Goldman Sachs Finishes Tough Year With New Low in Debt Trading
(Bloomberg) -- A rough 2017 got even worse for Goldman Sachs Group Inc. in the final three months.
Fourth-quarter revenue from fixed-income trading tumbled 50 percent, with revenue falling to the lowest level since the financial crisis. The last three months also brought Goldman Sachs’s first quarterly loss in more than six years -- driven by a charge tied to the U.S. tax overhaul. The trading slide, which has persisted all year, has prompted major questions about the firm’s strategy.
Chief Executive Officer Lloyd Blankfein is hoping 2018 will bring a rebound in what was once his bank’s largest business and higher profits from the U.S. tax cut. Goldman Sachs gave itself a head start by moving up some pay expenses into its annus horribilis to take advantage of bigger tax breaks.
The top U.S. banks are laying out what the Republican-led tax overhaul means for their future profits and giving hints as to how they’ll spend their windfalls.

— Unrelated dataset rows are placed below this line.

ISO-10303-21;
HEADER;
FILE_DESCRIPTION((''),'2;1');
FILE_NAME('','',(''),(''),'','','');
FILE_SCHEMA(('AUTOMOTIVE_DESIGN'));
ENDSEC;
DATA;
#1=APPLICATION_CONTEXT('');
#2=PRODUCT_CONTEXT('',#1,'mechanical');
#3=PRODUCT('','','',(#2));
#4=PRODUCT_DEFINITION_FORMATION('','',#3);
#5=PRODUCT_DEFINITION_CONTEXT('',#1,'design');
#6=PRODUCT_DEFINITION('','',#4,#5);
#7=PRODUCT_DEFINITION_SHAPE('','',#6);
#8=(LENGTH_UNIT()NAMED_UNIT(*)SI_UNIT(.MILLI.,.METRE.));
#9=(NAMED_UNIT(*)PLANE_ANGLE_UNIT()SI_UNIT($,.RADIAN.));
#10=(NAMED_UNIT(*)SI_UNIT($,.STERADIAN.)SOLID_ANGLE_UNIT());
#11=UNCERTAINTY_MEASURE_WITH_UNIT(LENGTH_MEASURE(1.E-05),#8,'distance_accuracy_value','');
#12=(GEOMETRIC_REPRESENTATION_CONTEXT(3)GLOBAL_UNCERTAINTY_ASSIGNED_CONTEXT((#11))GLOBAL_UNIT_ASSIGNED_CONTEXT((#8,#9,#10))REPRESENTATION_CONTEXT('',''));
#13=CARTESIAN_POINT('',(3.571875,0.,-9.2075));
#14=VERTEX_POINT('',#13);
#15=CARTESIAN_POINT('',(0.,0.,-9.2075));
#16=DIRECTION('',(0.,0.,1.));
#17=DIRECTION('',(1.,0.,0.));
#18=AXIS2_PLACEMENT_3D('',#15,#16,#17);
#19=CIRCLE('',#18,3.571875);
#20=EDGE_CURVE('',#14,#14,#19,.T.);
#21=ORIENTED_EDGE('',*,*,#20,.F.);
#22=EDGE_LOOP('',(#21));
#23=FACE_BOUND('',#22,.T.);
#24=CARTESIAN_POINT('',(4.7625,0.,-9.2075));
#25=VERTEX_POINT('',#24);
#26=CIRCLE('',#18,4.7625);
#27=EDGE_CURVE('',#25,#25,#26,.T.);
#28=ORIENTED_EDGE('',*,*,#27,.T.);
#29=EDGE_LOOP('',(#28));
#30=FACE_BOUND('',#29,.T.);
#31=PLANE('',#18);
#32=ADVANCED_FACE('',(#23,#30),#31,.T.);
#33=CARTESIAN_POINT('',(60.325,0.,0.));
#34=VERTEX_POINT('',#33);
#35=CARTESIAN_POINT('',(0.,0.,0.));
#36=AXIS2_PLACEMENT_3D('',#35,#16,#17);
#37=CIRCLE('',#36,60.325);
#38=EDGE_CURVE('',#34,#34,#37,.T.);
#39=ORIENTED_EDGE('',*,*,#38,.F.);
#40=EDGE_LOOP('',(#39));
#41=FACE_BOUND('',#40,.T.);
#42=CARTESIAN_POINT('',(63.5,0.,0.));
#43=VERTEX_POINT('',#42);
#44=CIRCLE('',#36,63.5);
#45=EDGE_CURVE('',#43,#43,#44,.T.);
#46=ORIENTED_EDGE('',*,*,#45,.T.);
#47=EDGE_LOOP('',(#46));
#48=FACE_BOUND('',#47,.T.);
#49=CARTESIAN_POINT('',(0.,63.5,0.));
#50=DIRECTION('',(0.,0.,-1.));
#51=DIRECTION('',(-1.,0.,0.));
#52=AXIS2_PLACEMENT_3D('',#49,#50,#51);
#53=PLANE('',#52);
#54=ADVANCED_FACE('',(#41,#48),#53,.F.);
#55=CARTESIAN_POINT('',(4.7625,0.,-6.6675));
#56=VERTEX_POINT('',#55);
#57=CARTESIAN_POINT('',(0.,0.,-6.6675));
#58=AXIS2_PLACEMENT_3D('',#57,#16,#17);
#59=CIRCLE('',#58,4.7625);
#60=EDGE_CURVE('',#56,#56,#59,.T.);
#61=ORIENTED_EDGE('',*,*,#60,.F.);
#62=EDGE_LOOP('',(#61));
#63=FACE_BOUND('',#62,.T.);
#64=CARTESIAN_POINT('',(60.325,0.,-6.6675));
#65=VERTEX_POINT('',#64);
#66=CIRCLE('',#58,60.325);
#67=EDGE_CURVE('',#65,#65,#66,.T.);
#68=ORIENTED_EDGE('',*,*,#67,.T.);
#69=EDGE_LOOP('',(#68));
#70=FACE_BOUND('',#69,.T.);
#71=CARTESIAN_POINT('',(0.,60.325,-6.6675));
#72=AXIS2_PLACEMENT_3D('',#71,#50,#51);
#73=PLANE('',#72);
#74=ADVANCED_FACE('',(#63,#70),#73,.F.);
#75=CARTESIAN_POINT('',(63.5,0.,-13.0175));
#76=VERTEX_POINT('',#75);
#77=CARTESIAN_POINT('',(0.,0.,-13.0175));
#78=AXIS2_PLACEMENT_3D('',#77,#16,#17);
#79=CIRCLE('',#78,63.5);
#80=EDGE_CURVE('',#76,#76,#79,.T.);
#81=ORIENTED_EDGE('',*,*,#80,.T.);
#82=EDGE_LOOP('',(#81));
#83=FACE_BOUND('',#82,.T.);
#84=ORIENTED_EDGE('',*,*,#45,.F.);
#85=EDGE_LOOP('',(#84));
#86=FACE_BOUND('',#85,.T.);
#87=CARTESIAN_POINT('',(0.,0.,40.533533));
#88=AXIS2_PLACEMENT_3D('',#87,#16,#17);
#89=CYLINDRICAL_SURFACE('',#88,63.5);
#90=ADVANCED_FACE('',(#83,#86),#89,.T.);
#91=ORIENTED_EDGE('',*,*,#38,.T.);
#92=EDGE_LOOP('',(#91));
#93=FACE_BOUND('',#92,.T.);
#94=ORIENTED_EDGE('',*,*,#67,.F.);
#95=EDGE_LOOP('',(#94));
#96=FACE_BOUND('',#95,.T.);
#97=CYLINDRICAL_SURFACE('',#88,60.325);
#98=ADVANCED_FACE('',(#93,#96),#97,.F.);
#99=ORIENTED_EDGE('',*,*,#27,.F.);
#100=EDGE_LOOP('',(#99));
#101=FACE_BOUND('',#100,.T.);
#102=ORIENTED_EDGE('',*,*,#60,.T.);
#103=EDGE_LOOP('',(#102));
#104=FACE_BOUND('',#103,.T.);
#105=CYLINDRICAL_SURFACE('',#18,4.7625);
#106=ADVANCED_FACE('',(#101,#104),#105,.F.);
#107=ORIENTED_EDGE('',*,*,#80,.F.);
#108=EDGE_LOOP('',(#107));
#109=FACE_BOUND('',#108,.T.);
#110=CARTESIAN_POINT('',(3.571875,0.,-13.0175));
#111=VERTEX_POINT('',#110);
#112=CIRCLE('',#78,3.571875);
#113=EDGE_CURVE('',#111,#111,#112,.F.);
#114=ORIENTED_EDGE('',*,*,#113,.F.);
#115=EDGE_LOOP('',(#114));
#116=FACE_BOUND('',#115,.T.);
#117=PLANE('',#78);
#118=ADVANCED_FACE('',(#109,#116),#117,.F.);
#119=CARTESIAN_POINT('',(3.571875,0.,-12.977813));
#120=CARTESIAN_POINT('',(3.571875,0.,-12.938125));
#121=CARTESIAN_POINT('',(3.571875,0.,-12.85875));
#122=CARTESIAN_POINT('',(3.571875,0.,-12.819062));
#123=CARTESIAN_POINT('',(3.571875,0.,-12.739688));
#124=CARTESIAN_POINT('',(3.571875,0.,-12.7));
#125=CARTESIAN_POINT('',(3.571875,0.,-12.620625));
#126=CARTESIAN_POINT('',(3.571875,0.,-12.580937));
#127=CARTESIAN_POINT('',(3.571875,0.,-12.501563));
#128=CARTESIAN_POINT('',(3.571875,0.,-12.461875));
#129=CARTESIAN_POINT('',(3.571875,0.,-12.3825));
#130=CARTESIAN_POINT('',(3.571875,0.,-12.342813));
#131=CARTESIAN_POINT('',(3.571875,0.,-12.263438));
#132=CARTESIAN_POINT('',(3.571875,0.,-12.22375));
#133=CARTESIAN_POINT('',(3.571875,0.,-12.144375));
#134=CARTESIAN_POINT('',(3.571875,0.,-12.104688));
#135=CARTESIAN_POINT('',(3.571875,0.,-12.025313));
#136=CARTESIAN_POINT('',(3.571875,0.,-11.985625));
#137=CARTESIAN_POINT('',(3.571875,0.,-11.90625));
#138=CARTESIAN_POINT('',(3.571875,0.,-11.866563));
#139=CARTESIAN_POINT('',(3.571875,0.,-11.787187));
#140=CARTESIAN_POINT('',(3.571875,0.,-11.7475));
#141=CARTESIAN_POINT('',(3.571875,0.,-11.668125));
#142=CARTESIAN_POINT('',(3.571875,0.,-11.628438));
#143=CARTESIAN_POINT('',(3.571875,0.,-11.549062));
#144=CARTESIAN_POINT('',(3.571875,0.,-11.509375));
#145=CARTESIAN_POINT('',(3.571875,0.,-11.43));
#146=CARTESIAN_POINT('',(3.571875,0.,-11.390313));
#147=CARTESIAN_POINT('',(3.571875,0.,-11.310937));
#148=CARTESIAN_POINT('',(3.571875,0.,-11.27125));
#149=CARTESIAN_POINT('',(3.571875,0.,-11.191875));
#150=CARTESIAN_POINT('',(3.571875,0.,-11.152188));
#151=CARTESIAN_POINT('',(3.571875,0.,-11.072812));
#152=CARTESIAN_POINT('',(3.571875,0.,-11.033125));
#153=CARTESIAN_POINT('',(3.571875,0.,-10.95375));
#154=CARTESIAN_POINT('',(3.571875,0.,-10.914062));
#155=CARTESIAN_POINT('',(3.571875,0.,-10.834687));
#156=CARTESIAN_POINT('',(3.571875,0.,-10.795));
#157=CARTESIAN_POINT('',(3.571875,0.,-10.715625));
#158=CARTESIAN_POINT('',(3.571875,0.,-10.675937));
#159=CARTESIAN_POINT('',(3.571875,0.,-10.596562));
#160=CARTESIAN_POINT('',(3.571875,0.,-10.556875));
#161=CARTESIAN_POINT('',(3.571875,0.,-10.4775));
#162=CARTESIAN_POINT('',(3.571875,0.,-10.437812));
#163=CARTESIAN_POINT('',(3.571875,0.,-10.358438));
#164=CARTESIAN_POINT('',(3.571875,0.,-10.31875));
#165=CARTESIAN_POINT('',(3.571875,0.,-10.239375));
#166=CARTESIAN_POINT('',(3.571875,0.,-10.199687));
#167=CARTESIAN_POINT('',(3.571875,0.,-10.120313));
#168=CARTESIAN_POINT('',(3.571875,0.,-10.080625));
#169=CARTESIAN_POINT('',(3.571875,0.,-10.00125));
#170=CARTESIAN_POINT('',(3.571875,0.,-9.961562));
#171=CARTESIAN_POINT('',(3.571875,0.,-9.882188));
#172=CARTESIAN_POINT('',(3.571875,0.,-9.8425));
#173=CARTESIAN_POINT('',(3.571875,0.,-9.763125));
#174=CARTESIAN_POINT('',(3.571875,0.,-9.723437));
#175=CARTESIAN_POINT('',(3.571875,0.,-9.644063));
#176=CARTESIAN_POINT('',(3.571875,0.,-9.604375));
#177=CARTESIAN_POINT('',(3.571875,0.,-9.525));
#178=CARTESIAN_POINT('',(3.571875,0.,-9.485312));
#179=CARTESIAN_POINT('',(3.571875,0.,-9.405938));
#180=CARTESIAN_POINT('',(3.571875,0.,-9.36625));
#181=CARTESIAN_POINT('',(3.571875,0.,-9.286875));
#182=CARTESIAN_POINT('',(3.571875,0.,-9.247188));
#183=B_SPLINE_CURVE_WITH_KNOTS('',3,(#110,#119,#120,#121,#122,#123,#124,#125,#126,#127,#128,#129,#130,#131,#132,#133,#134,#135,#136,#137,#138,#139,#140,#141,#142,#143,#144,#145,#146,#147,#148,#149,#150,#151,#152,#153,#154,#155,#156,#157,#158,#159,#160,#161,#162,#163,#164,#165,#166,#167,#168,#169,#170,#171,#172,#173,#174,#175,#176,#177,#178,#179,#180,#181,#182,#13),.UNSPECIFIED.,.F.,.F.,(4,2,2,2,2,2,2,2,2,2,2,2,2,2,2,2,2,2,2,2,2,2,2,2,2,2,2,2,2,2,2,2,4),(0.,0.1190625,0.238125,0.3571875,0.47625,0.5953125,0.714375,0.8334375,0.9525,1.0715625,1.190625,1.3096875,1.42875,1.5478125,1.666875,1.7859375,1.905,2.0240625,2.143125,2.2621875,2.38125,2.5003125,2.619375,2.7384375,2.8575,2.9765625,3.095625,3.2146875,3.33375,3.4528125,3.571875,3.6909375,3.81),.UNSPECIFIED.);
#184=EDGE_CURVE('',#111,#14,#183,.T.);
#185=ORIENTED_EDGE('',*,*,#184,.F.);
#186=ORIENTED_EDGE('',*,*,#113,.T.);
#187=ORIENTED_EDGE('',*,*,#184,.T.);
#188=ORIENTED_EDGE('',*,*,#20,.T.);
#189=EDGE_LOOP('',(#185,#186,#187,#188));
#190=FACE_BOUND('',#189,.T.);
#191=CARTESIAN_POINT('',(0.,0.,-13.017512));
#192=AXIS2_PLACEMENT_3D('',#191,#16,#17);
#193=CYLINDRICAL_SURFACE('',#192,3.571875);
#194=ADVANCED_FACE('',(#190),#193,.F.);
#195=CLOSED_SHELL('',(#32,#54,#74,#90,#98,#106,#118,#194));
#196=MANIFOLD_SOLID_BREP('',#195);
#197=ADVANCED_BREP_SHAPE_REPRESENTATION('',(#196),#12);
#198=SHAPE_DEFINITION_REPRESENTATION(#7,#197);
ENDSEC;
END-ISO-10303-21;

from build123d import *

# Parameters (mm, degrees)
CUT_EXTRUDE1_REACH             = 92.741
SKETCH3_R                      = 3.571875
CUT_EXTRUDE1_DIRECTION_2_DEPTH = 91.741144506
SKETCH4_R                      = 4.7625
CUT_EXTRUDE2_DEPTH             = 2.54


with BuildPart() as part:
    # Sketch2 → Revolve1 (revolve)
    with BuildSketch(Plane(origin=(0, 0, 0), x_dir=(0, 0, -1), z_dir=(1, 0, 0)), mode=Mode.PRIVATE) as revolve1_sk:
        Polygon((0, 63.5), (0, 60.325), (6.6675, 60.325), (6.6675, 0), (13.0175, 0), (13.0175, 63.5), align=None)
    revolve(revolve1_sk.sketch.rotate(Axis((0, 0, 40.533532934), (0, 0, -1)), 90), axis=Axis((0, 0, 40.533532934), (0, 0, -1)))

    # Sketch3 → Cut-Extrude1 (cut, up to next)
    with BuildSketch(Plane(origin=(0, 0, -13.0175), x_dir=(-1, 0, 0), z_dir=(0, 0, -1)), mode=Mode.PRIVATE) as cut_extrude1_sk1:
        with Locations(Location((0, 0, 0), (0, 0, 180))):
            Circle(SKETCH3_R)
    cut_extrude1_tool1 = extrude(cut_extrude1_sk1.sketch, amount=-CUT_EXTRUDE1_REACH, mode=Mode.PRIVATE) & part.part
    add(cut_extrude1_tool1.solids().sort_by_distance((0, 0, -13.0175))[0], mode=Mode.SUBTRACT)

    # Sketch3 → Cut-Extrude1 direction 2 (cut)
    with BuildSketch(Plane(origin=(0, 0, -13.0175), x_dir=(-1, 0, 0), z_dir=(0, 0, -1))):
        with Locations(Location((0, 0, 0), (0, 0, 180))):
            Circle(SKETCH3_R)
    extrude(amount=CUT_EXTRUDE1_DIRECTION_2_DEPTH, mode=Mode.SUBTRACT)

    # Sketch4 → Cut-Extrude2 (cut)
    with BuildSketch(Plane.XY.offset(-6.6675)):
        Circle(SKETCH4_R)
    extrude(amount=-CUT_EXTRUDE2_DEPTH, mode=Mode.SUBTRACT)


solid = part.part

Goldman Sachs didn’t specify how tax reform will affect its 2018 rate.
For the last quarter of 2017, however, the tax changes meant a one-time charge of $4.4 billion. That was smaller than the $5 billion hit Goldman warned might be coming last month.

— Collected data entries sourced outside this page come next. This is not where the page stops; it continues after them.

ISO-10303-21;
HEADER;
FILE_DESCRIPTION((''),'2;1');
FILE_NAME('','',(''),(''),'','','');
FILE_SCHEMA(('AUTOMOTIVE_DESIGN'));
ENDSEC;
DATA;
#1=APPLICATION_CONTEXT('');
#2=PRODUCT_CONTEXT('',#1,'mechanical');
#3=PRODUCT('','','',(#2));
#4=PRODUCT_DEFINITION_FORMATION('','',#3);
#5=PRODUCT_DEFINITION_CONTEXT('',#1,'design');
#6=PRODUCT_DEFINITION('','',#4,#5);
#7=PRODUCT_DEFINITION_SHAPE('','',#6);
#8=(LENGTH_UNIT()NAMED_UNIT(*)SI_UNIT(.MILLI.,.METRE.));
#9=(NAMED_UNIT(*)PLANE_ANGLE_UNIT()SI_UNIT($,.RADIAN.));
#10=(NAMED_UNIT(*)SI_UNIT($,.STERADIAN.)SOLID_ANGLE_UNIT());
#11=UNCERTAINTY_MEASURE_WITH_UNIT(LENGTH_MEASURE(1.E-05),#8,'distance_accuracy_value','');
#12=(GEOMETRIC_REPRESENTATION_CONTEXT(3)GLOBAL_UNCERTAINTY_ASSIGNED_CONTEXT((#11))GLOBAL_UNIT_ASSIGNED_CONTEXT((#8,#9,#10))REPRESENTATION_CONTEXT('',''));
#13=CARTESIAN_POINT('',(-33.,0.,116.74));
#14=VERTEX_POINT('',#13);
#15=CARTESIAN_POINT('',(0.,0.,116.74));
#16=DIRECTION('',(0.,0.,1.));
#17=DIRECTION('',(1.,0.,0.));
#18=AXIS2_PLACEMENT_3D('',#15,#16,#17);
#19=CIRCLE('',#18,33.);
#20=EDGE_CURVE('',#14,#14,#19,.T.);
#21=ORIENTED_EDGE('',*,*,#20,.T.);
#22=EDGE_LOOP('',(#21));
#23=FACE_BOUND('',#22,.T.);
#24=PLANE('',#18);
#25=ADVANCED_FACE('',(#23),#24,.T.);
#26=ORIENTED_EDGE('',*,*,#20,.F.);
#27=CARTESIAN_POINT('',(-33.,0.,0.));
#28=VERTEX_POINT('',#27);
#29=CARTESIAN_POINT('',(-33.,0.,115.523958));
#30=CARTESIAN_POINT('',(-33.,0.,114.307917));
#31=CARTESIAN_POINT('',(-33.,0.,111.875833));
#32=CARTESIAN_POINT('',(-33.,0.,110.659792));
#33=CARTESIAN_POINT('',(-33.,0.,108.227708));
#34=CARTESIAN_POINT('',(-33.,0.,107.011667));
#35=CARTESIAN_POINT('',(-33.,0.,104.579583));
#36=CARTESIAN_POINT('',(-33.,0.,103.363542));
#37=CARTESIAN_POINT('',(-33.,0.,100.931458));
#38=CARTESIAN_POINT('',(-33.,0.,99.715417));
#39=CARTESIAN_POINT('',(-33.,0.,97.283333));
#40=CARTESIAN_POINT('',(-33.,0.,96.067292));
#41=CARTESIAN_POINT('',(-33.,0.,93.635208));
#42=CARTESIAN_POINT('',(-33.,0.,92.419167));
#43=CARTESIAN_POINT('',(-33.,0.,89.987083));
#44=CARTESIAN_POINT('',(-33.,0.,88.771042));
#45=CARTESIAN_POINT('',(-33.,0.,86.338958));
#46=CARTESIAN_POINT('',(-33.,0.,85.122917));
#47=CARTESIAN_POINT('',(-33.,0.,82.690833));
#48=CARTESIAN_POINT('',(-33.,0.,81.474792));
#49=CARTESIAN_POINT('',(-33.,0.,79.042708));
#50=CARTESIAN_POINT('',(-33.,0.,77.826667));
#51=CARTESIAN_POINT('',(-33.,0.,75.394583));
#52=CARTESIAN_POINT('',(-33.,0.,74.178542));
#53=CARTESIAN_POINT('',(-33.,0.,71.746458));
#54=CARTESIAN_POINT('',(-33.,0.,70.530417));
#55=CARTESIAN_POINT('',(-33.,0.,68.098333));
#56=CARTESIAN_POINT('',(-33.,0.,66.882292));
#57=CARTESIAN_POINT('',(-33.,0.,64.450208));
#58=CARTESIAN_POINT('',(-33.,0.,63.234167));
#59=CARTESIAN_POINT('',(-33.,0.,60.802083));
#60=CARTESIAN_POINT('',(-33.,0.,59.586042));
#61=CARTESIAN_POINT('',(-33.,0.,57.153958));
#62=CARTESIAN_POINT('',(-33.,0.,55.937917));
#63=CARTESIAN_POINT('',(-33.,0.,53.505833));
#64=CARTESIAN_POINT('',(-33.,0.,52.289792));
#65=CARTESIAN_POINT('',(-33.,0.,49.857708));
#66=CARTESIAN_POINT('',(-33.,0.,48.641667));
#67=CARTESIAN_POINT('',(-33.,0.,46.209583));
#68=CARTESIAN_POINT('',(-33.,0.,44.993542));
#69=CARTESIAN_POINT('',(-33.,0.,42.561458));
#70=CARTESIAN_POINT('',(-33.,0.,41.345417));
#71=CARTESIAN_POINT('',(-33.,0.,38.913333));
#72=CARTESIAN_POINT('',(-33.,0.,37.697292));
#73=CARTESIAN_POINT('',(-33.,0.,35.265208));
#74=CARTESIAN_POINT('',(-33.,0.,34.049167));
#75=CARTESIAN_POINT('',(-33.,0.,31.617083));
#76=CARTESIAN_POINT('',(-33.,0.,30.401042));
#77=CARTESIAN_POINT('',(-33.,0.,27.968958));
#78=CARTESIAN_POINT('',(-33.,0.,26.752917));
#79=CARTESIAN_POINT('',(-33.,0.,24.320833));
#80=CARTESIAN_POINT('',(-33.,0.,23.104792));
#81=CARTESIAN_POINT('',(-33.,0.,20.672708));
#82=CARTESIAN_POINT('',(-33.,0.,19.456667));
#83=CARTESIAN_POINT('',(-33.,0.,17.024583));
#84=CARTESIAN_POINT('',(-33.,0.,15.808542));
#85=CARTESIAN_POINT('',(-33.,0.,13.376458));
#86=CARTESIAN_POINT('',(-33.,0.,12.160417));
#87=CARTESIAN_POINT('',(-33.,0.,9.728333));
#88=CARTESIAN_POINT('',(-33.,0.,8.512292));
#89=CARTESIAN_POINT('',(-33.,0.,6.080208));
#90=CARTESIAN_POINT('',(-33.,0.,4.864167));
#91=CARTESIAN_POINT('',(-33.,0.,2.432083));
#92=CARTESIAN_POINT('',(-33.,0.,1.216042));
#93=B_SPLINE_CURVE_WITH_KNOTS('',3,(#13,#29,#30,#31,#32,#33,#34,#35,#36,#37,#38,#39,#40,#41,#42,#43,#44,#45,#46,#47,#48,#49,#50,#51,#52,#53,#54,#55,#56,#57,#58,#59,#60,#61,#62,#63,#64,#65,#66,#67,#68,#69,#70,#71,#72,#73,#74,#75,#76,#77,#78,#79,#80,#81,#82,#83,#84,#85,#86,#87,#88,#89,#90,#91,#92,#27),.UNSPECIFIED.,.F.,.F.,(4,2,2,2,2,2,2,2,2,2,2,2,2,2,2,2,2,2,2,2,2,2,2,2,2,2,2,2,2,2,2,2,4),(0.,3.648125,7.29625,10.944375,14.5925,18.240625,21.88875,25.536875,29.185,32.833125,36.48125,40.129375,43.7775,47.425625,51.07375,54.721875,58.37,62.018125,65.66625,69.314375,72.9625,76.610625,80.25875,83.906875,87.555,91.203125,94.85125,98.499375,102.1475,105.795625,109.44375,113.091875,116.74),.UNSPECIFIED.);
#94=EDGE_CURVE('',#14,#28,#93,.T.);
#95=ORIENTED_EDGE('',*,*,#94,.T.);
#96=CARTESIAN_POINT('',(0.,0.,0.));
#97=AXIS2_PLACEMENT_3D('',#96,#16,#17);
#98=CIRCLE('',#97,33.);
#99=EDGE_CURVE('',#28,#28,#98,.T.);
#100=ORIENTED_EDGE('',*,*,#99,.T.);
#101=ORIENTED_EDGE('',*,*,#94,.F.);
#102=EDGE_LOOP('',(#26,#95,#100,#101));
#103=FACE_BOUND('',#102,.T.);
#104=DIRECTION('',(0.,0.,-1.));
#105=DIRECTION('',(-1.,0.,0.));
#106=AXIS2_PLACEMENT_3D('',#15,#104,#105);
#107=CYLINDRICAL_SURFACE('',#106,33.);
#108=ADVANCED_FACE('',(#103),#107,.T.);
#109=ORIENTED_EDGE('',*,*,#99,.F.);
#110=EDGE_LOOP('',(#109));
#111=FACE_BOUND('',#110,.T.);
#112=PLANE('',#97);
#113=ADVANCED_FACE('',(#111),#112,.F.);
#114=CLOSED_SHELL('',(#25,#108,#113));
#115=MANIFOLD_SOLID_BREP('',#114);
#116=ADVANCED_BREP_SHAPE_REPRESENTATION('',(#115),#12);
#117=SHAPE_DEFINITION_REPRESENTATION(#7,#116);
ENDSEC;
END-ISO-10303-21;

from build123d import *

# Parameters (mm, degrees)
SKETCH1_R           = 33
BOSS_EXTRUDE1_DEPTH = 116.74


with BuildPart() as part:
    # Sketch1 → Boss-Extrude1 (new body)
    with BuildSketch(Plane.XY):
        Circle(SKETCH1_R)
    extrude(amount=BOSS_EXTRUDE1_DEPTH)


solid = part.part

Outside of trading, the news was much brighter. Revenue in the bank’s three other segments rose in both the quarter and for the full year, led by a 61 percent annual jump in the investing and lending unit.
Here’s a quick summary of key numbers from the results:
- The company posted a quarterly net loss of $1.93 billion, or $5.51 a share, compared with profit of $2.35 billion, or $5.08, a year earlier, the New York-based company said Wednesday in a statement. Excluding the tax charge, earnings were $5.68 a share, beating the $4.90 a share average estimate of 19 analysts surveyed by Bloomberg.
- Companywide revenue fell 4 percent to $7.83 billion, compared with the $7.63 billion estimate compiled from 16 analysts. Annual revenue rose 5 percent to $32.1 billion.
- Revenue from fixed-income, currencies and commodities trading declined to $1 billion for the biggest drop among the four largest trading firms that have reported results so far. That missed analysts’ $1.28 billion estimate.
- Investment-banking revenue climbed 44 percent to $2.14 billion, as equity underwriting fees more than doubled.